For a description of the assumptions made in determining the expenses of Share awards, see Notes 1 and 15 to the Consolidated Financial Statements in the 2018 Form 10-K, Notes 1 and 15 in the 2017 Form 10-K, and Notes 1 and 15 in the 2016 Form 10-K. In determining these expenses, it was assumed that each Named Executive Officer would satisfy any service requirements for vesting of the award. As a result, while a discount for the possibility of forfeiture of the award for this reason was applied to determine the expenses of these awards as reported in the Company’s Annual Reports on Form 10-K, no such discount was applied in determining the expenses reported in this column.
Option Awards
The Company granted Stock Option awards in 2018 to each Named Executive Officer pursuant to the 2015 Stock and Incentive Plan. The Stock Options will normally become exercisable at the rate of one-third of each grant on each of the first three anniversaries of the grant date, and expire on the day before the tenth anniversary of that grant date. Each of these awards had a per option exercise price equal to the closing price of a Share on the grant date: $45.50. No monetary consideration was paid by a Named Executive Officer for any awards.
For a discussion of the 2017 and 2016 Stock Options, see the Company’s 2018 and 2017 Proxy Statements, respectively. For a description of the effect on the awards of a termination of employment or change-in-control of MetLife, see “Potential Payments upon Termination or Change-in-Control at 2018 Fiscal Year-End.”
Method for Determining Amounts Reported. The amounts reported in this column were calculated by multiplying the number of Stock Options by a grant date fair value per option of:
$11.87 for March 2, 2018.
$13.84 for February 28, 2017.
$9.26 for February 23, 2016.
Those amounts are the aggregate grant date fair value of the Stock Options granted in each year under ASC 718, consistent with the estimate of aggregate compensation cost to be recognized over the service period.
 

a2018metlifeproxyfina_image2.jpg
2019 Proxy Statement
89


Summary Compensation Table

For a description of the assumptions made in determining the expenses of Stock Option awards, see Notes 1 and 15 to the Consolidated Financial Statements in the 2018 Form 10-K, Notes 1 and 15 in the 2017 Form 10-K, and Notes 1 and 16 in the 2016 Form 10-K. In determining these expenses, it was assumed that each Named Executive Officer would satisfy any service requirements for vesting of the award. As a result, while a discount for the possibility of forfeiture of the award was applied to determine the expenses of these awards as reported in the Company’s Annual Reports on Form 10-K, no such discount was applied in determining the expenses reported in this column.
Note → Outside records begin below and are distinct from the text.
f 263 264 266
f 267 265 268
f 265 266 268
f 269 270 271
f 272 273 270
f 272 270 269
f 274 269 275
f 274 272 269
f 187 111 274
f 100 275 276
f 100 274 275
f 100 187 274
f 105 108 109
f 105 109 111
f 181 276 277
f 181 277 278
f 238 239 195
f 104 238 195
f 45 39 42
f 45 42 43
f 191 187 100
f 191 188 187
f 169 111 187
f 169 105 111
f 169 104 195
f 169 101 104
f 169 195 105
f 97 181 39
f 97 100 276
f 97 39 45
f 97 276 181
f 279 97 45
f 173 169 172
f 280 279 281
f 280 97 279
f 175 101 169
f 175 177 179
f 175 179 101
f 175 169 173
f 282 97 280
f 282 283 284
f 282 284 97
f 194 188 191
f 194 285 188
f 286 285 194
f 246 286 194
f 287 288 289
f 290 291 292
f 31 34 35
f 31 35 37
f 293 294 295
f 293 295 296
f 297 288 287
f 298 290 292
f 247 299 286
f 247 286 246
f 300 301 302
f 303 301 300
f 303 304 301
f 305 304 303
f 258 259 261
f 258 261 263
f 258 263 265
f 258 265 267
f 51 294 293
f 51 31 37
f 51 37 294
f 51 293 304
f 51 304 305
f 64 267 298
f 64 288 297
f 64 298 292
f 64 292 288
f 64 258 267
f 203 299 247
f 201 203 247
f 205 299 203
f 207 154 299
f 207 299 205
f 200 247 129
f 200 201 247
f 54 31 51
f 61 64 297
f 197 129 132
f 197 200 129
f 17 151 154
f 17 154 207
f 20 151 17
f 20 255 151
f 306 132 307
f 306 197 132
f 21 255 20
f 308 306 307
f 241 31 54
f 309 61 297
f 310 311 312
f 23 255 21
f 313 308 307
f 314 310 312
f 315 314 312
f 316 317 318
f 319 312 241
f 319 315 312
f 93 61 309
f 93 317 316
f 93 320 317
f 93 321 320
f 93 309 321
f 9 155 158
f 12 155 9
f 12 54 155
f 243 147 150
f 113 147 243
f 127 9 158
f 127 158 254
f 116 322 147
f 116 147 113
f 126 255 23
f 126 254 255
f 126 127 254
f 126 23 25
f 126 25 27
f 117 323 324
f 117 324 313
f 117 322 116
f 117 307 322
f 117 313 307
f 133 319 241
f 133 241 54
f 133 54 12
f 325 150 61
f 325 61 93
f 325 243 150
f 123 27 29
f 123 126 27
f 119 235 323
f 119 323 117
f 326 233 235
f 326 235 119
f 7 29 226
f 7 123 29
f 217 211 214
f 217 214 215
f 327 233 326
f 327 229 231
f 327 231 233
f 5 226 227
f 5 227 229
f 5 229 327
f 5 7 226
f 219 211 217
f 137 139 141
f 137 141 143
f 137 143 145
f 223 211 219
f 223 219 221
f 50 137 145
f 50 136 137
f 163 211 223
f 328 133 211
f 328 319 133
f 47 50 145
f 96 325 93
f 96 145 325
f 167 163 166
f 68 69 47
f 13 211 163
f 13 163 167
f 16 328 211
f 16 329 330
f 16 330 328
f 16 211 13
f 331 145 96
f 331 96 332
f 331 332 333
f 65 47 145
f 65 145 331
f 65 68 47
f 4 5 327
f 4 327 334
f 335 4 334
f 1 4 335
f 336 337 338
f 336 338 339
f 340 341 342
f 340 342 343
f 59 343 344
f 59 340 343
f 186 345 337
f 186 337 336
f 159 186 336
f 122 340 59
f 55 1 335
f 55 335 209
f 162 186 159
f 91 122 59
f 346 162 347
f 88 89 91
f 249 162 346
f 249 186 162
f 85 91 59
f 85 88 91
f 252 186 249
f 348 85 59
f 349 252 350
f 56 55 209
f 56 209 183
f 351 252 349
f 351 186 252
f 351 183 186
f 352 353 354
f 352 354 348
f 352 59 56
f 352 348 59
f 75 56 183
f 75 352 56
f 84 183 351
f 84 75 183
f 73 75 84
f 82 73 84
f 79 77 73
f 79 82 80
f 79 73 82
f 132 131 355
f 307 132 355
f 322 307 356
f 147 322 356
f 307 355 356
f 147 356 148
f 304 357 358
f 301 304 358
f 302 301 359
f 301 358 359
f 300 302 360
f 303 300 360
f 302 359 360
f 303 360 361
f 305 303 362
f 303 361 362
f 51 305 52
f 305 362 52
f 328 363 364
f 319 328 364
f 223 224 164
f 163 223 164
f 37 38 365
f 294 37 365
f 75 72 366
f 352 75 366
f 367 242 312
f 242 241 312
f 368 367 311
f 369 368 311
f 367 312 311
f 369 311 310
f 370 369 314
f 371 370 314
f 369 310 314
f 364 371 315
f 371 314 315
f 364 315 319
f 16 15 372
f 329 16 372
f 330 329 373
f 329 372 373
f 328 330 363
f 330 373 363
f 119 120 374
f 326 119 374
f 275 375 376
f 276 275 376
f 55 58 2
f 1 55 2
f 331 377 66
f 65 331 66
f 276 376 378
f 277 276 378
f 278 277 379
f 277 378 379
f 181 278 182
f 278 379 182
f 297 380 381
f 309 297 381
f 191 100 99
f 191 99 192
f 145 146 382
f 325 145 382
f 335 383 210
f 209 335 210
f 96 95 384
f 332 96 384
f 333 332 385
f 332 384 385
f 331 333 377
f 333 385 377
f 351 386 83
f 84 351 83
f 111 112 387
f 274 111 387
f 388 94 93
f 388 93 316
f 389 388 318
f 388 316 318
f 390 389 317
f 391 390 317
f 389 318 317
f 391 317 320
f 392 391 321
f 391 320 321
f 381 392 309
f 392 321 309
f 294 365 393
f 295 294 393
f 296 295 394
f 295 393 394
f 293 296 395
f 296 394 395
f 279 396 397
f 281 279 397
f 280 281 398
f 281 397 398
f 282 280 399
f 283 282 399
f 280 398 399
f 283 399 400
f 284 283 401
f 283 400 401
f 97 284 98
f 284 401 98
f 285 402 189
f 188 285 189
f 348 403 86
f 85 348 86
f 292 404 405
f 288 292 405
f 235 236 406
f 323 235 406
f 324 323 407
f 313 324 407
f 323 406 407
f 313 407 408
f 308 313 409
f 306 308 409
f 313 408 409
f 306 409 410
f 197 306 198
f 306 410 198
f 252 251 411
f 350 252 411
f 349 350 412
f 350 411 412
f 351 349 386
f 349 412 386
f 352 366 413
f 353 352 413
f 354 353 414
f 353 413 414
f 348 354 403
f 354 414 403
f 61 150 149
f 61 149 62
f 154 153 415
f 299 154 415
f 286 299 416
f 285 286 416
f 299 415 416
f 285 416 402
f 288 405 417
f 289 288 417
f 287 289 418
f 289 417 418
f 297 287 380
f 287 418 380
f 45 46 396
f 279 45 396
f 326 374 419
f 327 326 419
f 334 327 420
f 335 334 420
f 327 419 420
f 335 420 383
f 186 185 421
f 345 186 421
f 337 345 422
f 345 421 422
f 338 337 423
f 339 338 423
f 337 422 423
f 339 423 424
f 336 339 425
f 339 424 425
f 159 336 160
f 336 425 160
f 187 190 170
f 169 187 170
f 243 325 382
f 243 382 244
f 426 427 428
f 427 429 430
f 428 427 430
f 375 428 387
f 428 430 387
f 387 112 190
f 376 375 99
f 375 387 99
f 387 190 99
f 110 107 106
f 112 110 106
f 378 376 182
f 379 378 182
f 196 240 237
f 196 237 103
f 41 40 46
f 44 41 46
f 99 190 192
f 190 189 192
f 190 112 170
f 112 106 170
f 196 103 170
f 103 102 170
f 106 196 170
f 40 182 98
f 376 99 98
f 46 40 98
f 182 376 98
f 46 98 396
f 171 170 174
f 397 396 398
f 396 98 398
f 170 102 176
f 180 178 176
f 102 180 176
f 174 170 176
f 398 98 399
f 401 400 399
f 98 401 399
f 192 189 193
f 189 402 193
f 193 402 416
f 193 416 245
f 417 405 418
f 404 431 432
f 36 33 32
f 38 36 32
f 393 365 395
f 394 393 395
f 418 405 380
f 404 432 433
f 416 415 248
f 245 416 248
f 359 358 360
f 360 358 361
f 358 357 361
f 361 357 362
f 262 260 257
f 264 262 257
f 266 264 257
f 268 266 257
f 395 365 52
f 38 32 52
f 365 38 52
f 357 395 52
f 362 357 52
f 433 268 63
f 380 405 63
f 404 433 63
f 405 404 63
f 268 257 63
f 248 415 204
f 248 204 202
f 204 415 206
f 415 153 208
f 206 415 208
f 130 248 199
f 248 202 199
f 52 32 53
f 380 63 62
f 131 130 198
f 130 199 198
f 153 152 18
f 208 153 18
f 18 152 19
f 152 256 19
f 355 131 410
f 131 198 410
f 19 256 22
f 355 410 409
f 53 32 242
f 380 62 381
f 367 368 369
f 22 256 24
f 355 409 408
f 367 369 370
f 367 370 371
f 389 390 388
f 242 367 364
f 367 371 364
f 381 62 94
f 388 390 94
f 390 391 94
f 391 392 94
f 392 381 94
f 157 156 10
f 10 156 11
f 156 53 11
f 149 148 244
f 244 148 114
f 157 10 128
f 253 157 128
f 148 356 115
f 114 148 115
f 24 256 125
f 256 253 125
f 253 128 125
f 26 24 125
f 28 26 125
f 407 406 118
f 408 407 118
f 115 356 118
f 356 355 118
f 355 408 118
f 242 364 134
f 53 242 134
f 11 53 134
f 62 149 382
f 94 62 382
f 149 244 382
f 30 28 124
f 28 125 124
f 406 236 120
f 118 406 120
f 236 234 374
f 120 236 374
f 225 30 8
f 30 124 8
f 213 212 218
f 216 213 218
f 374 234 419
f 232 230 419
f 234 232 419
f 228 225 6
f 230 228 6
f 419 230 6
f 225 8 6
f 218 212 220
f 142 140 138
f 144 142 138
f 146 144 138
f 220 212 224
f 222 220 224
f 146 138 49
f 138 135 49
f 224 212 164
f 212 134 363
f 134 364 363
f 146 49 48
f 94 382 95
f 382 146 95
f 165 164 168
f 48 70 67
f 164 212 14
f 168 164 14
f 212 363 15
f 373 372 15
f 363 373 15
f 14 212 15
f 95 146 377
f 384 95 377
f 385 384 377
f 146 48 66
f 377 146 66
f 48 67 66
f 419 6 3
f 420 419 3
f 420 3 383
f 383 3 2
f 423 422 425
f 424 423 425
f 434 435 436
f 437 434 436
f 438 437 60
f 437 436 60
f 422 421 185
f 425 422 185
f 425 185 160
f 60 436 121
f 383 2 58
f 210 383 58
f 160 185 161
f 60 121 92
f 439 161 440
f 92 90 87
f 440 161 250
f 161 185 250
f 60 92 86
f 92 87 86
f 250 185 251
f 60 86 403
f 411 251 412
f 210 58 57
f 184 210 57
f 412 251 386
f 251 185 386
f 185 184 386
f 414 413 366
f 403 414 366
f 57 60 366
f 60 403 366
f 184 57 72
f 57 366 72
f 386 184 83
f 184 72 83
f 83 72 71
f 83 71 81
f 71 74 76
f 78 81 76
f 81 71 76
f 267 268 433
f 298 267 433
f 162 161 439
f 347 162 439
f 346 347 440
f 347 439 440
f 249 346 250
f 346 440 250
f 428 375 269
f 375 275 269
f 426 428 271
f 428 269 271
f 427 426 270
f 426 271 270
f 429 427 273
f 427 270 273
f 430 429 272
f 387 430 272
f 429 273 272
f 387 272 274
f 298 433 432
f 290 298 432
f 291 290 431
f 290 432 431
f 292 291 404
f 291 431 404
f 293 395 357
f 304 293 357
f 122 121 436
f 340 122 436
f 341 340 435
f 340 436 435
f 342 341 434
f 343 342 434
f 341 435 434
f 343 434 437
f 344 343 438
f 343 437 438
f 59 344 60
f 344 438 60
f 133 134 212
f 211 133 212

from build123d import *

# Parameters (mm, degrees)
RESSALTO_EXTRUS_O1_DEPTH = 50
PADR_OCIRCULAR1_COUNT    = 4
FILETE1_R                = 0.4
In each case, the grant date of the awards was the date that the Compensation Committee endorsed the awards.
Non-Equity Incentive Plan Compensation
The amounts reported in the Non-Equity Incentive Plan Compensation column for each Active Named Executive Officer include the 2018 AVIP awards made in February 2019 by the Compensation Committee to each of the Named Executive Officers, which are based on 2018 performance. The awards were made pursuant to the 2015 Stock and Incentive Plan and were payable in cash by March 15, 2019. The factors considered and analyzed by the Compensation Committee in determining the awards are discussed in the Compensation Discussion and Analysis.
Amounts reported in this column for 2017 and 2016 are AVIP awards with a similar relationship to performance in those years. The basis of these awards to the Named Executive Officers who appear in the Company’s 2018 and 2017 Proxy Statements, respectively, is discussed further in those Proxy Statements.
The Board determined the amount reported in the Non-Equity Incentive Plan Compensation column for Mr. Hele in consideration of the Company's performance, and Mr. Hele's, for 2018. The Company required Mr. Hele to agree to a supplementary general release and comply with the terms of his separation agreement before the Board would consider such a payment. See "Separation Arrangements for Mr. Hele" in "Potential Payments upon Termination or Change-in-Control at 2018 Fiscal Year-End."
 
Change in Pension Value and Nonqualified Deferred Compensation Earnings
The amounts reported in the Change in Pension Value and Nonqualified Deferred Compensation Earnings column for 2018 represent any aggregate increase during 2018 in the present value of accumulated pension benefits for each of the Named Executive Officers.
The increase in the present value of the benefits for those who participate in the U.S.-based pension program reflects additional service in 2018, base salary compensation earned in 2018 (reflecting any increases in base salary rate), annual incentive awards payable in March 2018 for 2017 performance. The Named Executive Officers who participate in the U.S.-based pension program participate in the same program that applies to other administrative employees in the U.S. Mr. Khalaf participated in the Overseas Plan and the Globally Mobile Plan, under which the increase in the present value of benefits reflects base salary earned in 2018 and additional service during 2018.
For a description of pension benefits, including the formula for determining benefits, see “Pension Benefits at 2018 Fiscal Year-End."
None of the Named Executive Officers’ earnings on their nonqualified deferred compensation in 2018, 2017, or 2016 were above-market or preferential. As a result, earnings credited on their nonqualified deferred compensation are not required to be, nor are they, reflected in this column. For a description of the Company’s nonqualified deferred compensation plans and the simulated investments used to determine earnings, see “Nonqualified Deferred Compensation at 2018 Fiscal Year-End.”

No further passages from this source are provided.